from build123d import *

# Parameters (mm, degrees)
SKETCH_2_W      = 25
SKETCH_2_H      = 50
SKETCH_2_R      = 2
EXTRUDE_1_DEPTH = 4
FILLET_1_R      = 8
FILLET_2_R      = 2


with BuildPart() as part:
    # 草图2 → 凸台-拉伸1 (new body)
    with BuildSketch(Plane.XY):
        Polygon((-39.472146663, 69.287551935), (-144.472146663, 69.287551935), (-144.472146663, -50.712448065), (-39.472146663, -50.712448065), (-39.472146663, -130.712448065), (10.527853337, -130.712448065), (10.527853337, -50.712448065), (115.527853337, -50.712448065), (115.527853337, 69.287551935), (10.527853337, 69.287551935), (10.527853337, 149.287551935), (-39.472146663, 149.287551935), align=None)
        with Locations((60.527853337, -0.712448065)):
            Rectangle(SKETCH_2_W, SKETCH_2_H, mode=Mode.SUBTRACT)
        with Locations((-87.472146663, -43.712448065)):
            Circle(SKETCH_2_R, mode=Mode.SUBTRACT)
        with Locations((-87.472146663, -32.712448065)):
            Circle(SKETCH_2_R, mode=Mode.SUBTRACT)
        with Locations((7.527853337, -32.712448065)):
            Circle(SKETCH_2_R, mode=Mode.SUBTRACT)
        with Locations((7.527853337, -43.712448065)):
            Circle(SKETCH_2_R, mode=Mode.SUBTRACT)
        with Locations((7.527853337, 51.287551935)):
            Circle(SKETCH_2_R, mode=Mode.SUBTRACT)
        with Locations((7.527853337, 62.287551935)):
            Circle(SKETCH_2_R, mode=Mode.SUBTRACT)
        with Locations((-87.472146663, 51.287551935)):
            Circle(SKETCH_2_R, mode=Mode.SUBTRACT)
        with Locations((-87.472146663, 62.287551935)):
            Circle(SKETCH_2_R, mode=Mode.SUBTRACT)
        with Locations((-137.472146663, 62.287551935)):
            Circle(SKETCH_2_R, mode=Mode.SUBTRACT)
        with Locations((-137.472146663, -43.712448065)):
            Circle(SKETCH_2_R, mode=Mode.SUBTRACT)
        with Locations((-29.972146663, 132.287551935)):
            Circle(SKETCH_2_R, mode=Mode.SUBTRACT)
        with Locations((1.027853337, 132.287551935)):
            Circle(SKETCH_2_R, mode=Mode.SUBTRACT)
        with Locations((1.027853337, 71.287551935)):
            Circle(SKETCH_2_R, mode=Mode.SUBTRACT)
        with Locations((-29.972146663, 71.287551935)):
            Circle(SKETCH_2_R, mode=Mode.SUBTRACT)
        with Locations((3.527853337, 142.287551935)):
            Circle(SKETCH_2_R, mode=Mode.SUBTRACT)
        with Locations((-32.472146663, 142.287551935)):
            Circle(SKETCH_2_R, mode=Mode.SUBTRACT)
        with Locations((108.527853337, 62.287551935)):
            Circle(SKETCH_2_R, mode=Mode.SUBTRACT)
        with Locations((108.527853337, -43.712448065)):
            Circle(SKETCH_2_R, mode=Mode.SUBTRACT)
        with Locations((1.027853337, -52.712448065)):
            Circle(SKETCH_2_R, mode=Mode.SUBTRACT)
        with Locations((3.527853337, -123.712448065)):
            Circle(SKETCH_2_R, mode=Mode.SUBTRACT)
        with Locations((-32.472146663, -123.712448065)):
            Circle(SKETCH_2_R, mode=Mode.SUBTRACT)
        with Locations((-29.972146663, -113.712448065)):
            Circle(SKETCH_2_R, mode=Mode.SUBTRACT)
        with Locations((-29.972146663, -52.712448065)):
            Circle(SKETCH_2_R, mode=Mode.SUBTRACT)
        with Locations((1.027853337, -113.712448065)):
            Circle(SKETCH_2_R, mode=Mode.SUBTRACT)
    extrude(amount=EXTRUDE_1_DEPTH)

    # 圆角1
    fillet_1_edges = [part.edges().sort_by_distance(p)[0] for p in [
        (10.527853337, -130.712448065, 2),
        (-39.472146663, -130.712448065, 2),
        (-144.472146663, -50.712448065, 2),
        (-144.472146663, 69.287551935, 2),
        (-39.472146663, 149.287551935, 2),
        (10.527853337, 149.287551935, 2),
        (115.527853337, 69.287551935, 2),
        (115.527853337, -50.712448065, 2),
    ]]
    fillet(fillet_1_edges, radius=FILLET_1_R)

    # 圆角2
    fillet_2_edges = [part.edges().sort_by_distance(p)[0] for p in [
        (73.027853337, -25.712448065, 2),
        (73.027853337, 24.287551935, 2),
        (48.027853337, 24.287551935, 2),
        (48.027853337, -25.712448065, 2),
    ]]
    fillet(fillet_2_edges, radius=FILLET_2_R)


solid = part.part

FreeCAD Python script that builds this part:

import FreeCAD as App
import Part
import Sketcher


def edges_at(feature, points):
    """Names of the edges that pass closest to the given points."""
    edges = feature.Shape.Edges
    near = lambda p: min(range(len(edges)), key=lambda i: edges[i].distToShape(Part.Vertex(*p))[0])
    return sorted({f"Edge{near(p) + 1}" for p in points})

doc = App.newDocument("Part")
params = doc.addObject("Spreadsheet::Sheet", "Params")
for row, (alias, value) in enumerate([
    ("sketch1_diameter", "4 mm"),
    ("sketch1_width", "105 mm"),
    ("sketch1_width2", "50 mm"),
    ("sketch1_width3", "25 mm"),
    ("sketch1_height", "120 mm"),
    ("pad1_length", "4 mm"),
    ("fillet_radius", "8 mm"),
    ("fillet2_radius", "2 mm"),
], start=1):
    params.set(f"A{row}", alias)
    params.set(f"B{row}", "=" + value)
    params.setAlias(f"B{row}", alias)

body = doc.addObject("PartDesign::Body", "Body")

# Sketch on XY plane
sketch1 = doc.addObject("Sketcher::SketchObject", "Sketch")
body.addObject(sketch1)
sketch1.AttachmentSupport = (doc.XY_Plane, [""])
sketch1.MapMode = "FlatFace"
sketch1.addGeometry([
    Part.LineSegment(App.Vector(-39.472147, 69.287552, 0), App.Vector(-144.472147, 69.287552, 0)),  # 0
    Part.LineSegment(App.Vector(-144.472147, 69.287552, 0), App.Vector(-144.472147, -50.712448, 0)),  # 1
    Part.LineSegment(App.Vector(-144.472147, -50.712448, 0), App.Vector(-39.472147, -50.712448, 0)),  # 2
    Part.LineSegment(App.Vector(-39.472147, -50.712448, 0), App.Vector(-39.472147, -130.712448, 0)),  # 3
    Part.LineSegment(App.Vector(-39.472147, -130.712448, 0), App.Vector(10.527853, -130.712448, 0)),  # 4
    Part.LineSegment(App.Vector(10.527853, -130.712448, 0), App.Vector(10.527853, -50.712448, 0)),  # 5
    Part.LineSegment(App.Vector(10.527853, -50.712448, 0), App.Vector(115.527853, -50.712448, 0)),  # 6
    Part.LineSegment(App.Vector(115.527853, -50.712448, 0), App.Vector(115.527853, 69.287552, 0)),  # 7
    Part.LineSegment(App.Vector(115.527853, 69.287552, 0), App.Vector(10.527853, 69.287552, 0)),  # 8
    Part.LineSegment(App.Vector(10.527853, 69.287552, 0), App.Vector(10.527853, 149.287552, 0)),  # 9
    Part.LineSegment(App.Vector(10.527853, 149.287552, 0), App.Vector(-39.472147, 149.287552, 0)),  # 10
---
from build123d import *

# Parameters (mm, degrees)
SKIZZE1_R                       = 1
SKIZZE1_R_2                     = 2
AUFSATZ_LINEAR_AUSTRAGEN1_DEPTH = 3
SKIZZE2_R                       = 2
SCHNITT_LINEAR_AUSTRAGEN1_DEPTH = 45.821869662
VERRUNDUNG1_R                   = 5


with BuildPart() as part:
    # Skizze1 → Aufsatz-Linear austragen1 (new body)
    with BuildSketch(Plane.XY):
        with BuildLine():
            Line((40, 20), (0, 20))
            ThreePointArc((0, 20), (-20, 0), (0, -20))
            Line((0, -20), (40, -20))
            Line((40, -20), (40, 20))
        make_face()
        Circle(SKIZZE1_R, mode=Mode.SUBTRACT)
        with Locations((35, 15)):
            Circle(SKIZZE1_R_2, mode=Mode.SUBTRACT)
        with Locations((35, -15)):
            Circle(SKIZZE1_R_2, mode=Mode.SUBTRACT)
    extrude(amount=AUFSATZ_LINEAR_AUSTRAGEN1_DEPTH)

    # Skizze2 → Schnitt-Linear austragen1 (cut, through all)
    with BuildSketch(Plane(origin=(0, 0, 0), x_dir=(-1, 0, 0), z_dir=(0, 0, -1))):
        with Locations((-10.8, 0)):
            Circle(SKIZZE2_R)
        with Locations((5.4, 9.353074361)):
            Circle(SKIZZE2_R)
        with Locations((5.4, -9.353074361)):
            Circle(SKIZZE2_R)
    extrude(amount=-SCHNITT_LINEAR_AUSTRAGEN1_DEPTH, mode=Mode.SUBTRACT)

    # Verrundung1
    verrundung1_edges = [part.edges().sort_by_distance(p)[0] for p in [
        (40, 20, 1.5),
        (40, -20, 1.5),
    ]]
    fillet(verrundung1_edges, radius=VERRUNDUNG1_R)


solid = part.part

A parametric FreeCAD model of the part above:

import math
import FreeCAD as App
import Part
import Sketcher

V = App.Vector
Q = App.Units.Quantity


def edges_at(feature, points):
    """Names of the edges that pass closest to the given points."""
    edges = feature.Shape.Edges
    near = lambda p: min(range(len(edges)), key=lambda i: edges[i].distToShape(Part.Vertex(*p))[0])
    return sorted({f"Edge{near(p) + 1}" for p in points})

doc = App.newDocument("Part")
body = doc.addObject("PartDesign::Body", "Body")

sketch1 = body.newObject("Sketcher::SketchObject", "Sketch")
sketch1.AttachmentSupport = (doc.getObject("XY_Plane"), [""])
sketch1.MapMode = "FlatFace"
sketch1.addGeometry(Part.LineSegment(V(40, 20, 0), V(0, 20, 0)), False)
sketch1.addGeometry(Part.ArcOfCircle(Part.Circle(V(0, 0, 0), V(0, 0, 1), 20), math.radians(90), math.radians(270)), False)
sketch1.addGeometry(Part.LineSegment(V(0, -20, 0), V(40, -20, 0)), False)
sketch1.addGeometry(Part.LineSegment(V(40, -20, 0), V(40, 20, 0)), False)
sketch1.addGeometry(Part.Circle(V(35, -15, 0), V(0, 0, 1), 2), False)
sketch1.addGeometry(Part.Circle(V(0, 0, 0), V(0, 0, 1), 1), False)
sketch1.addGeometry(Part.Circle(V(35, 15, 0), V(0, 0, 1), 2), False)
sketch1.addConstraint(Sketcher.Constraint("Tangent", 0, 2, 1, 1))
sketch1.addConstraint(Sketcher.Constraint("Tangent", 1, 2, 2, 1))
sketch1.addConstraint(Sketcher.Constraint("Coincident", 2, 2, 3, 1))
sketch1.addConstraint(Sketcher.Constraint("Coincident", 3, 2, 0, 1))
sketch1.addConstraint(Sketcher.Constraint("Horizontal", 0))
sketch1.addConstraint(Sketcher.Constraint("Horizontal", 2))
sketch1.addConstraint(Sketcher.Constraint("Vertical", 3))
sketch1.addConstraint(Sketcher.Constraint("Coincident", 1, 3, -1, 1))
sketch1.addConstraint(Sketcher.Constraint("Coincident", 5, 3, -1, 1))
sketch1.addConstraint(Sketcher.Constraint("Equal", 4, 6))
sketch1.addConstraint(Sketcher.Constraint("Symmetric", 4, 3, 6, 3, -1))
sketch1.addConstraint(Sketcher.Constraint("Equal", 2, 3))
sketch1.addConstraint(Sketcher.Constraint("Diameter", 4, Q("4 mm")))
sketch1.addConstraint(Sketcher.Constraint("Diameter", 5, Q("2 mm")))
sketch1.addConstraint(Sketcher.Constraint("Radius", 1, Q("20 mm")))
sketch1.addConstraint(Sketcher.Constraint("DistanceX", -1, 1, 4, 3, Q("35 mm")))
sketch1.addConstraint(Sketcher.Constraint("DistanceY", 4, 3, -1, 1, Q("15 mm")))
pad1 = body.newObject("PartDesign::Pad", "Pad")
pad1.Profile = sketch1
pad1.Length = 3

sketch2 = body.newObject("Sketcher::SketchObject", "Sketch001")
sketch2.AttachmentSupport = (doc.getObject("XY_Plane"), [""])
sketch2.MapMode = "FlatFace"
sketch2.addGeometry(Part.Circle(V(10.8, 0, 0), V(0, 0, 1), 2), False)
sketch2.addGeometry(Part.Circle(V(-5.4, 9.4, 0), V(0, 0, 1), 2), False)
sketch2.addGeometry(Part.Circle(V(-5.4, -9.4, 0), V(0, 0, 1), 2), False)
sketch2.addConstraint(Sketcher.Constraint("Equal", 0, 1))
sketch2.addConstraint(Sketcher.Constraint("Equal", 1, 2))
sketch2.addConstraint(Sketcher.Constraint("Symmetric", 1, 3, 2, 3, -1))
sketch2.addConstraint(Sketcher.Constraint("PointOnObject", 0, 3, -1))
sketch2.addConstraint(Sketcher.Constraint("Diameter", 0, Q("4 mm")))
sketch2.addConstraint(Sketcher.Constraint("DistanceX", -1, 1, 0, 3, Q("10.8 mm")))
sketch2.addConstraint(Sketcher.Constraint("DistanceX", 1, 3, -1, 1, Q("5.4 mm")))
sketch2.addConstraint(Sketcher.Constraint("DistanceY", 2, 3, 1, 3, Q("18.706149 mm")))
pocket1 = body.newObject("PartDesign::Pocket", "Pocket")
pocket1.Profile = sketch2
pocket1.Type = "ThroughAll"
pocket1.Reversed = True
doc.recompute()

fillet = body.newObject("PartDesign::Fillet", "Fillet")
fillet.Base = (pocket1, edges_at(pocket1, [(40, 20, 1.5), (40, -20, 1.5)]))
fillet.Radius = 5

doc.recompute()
--
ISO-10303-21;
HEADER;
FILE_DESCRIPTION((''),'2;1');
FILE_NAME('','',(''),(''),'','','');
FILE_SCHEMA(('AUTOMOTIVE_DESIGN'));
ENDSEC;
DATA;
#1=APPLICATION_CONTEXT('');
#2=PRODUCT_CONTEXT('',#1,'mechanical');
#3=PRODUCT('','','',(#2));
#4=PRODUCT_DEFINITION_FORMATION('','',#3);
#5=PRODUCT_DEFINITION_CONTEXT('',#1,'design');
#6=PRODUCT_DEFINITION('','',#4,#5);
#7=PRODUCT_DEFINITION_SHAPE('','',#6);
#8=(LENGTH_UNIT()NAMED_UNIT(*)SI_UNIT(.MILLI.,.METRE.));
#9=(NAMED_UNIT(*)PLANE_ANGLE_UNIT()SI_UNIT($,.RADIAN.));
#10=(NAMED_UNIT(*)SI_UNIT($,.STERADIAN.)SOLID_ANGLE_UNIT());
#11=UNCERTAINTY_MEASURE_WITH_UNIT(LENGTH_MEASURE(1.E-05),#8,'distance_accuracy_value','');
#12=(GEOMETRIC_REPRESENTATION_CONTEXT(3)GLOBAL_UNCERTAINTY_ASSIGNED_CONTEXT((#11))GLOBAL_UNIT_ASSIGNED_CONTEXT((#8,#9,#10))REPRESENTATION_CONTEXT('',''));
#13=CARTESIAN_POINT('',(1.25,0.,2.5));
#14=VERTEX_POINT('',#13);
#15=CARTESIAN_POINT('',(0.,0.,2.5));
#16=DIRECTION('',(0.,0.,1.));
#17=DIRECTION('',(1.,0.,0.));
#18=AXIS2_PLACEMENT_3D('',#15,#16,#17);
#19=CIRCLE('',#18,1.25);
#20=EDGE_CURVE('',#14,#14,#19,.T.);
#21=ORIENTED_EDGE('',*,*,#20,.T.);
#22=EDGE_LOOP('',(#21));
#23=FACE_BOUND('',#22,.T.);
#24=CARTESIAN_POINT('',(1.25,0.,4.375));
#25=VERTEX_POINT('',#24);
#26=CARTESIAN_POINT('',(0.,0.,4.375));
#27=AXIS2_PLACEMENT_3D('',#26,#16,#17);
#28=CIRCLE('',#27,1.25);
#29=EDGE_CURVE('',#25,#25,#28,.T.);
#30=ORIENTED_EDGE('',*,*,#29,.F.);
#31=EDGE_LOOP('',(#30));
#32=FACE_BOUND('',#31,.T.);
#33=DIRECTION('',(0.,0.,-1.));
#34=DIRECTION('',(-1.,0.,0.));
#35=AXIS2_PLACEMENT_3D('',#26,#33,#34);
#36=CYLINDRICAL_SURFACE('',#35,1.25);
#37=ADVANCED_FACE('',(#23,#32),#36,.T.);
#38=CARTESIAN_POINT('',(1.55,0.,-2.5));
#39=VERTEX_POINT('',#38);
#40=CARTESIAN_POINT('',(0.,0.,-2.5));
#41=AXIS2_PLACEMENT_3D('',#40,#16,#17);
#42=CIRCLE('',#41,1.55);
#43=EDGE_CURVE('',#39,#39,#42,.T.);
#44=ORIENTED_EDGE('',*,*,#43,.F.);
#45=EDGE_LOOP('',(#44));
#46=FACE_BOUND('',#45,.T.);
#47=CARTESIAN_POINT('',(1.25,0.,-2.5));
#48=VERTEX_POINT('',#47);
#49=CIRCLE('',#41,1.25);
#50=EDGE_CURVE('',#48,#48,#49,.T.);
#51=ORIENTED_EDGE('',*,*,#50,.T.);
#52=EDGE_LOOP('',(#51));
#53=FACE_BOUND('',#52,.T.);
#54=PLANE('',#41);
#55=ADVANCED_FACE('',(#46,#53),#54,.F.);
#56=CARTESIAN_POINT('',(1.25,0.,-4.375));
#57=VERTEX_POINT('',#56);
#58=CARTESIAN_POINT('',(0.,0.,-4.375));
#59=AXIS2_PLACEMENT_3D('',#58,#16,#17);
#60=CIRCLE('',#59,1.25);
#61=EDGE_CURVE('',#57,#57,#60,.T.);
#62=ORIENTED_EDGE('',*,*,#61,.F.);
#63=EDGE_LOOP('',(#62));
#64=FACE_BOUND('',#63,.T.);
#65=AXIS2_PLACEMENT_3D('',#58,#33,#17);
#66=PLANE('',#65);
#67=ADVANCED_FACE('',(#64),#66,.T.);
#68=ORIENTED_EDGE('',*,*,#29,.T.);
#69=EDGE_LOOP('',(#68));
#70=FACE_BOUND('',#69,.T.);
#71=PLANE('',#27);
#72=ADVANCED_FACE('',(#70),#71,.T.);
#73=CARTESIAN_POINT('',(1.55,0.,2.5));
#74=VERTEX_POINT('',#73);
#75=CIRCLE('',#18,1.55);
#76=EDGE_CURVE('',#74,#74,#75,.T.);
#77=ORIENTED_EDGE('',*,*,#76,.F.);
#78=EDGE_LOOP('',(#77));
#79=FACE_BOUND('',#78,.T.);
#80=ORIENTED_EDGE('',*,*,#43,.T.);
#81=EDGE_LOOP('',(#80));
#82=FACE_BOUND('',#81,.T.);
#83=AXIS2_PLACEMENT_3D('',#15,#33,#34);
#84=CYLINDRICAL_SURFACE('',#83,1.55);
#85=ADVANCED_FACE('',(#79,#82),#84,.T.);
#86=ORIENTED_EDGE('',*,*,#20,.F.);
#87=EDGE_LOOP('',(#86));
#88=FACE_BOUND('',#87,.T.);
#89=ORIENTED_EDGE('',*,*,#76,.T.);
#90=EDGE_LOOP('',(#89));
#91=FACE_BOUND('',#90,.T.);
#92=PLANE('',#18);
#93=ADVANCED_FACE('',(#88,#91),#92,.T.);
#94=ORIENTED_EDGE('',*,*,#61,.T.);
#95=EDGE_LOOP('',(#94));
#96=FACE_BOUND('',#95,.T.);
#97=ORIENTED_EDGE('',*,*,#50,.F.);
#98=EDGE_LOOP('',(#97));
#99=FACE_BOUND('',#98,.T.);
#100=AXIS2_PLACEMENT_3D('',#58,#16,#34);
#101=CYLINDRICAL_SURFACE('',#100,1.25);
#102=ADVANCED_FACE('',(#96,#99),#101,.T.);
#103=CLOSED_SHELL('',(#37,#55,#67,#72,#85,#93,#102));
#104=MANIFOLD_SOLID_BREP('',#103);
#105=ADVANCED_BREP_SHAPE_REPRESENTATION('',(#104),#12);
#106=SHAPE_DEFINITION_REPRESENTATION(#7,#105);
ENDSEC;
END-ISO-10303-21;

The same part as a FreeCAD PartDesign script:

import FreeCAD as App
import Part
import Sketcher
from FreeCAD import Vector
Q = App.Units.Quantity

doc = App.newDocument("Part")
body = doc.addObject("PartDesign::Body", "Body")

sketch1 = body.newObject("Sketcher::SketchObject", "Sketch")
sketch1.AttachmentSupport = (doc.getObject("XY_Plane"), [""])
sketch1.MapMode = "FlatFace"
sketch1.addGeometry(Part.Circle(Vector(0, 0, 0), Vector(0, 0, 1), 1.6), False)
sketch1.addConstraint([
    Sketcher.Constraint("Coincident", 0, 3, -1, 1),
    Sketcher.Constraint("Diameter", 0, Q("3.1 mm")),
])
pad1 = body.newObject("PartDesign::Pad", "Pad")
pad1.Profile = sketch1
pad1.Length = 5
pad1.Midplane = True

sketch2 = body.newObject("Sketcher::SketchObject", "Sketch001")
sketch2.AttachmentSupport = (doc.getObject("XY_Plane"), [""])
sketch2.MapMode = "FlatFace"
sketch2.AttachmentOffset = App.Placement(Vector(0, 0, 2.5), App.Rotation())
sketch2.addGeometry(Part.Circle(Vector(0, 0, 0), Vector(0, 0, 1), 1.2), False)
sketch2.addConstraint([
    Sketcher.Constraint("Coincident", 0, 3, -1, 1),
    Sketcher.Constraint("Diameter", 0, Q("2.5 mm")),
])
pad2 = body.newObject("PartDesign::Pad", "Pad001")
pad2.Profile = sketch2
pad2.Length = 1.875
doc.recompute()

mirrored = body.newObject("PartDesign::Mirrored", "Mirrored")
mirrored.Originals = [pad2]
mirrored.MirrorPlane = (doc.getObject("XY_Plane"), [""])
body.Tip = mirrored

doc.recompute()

* Goal of the exercise *
Would you output, from the records above, exactly the run of lines that starts at the line containing "#64=FACE_BOUND('',#63,.T.);" and ends at the line containing "#94=ORIENTED_EDGE('',*,*,#61,.T.);", and only that run?

* Reply *
#64=FACE_BOUND('',#63,.T.);
#65=AXIS2_PLACEMENT_3D('',#58,#33,#17);
#66=PLANE('',#65);
#67=ADVANCED_FACE('',(#64),#66,.T.);
#68=ORIENTED_EDGE('',*,*,#29,.T.);
#69=EDGE_LOOP('',(#68));
#70=FACE_BOUND('',#69,.T.);
#71=PLANE('',#27);
#72=ADVANCED_FACE('',(#70),#71,.T.);
#73=CARTESIAN_POINT('',(1.55,0.,2.5));
#74=VERTEX_POINT('',#73);
#75=CIRCLE('',#18,1.55);
#76=EDGE_CURVE('',#74,#74,#75,.T.);
#77=ORIENTED_EDGE('',*,*,#76,.F.);
#78=EDGE_LOOP('',(#77));
#79=FACE_BOUND('',#78,.T.);
#80=ORIENTED_EDGE('',*,*,#43,.T.);
#81=EDGE_LOOP('',(#80));
#82=FACE_BOUND('',#81,.T.);
#83=AXIS2_PLACEMENT_3D('',#15,#33,#34);
#84=CYLINDRICAL_SURFACE('',#83,1.55);
#85=ADVANCED_FACE('',(#79,#82),#84,.T.);
#86=ORIENTED_EDGE('',*,*,#20,.F.);
#87=EDGE_LOOP('',(#86));
#88=FACE_BOUND('',#87,.T.);
#89=ORIENTED_EDGE('',*,*,#76,.T.);
#90=EDGE_LOOP('',(#89));
#91=FACE_BOUND('',#90,.T.);
#92=PLANE('',#18);
#93=ADVANCED_FACE('',(#88,#91),#92,.T.);
#94=ORIENTED_EDGE('',*,*,#61,.T.);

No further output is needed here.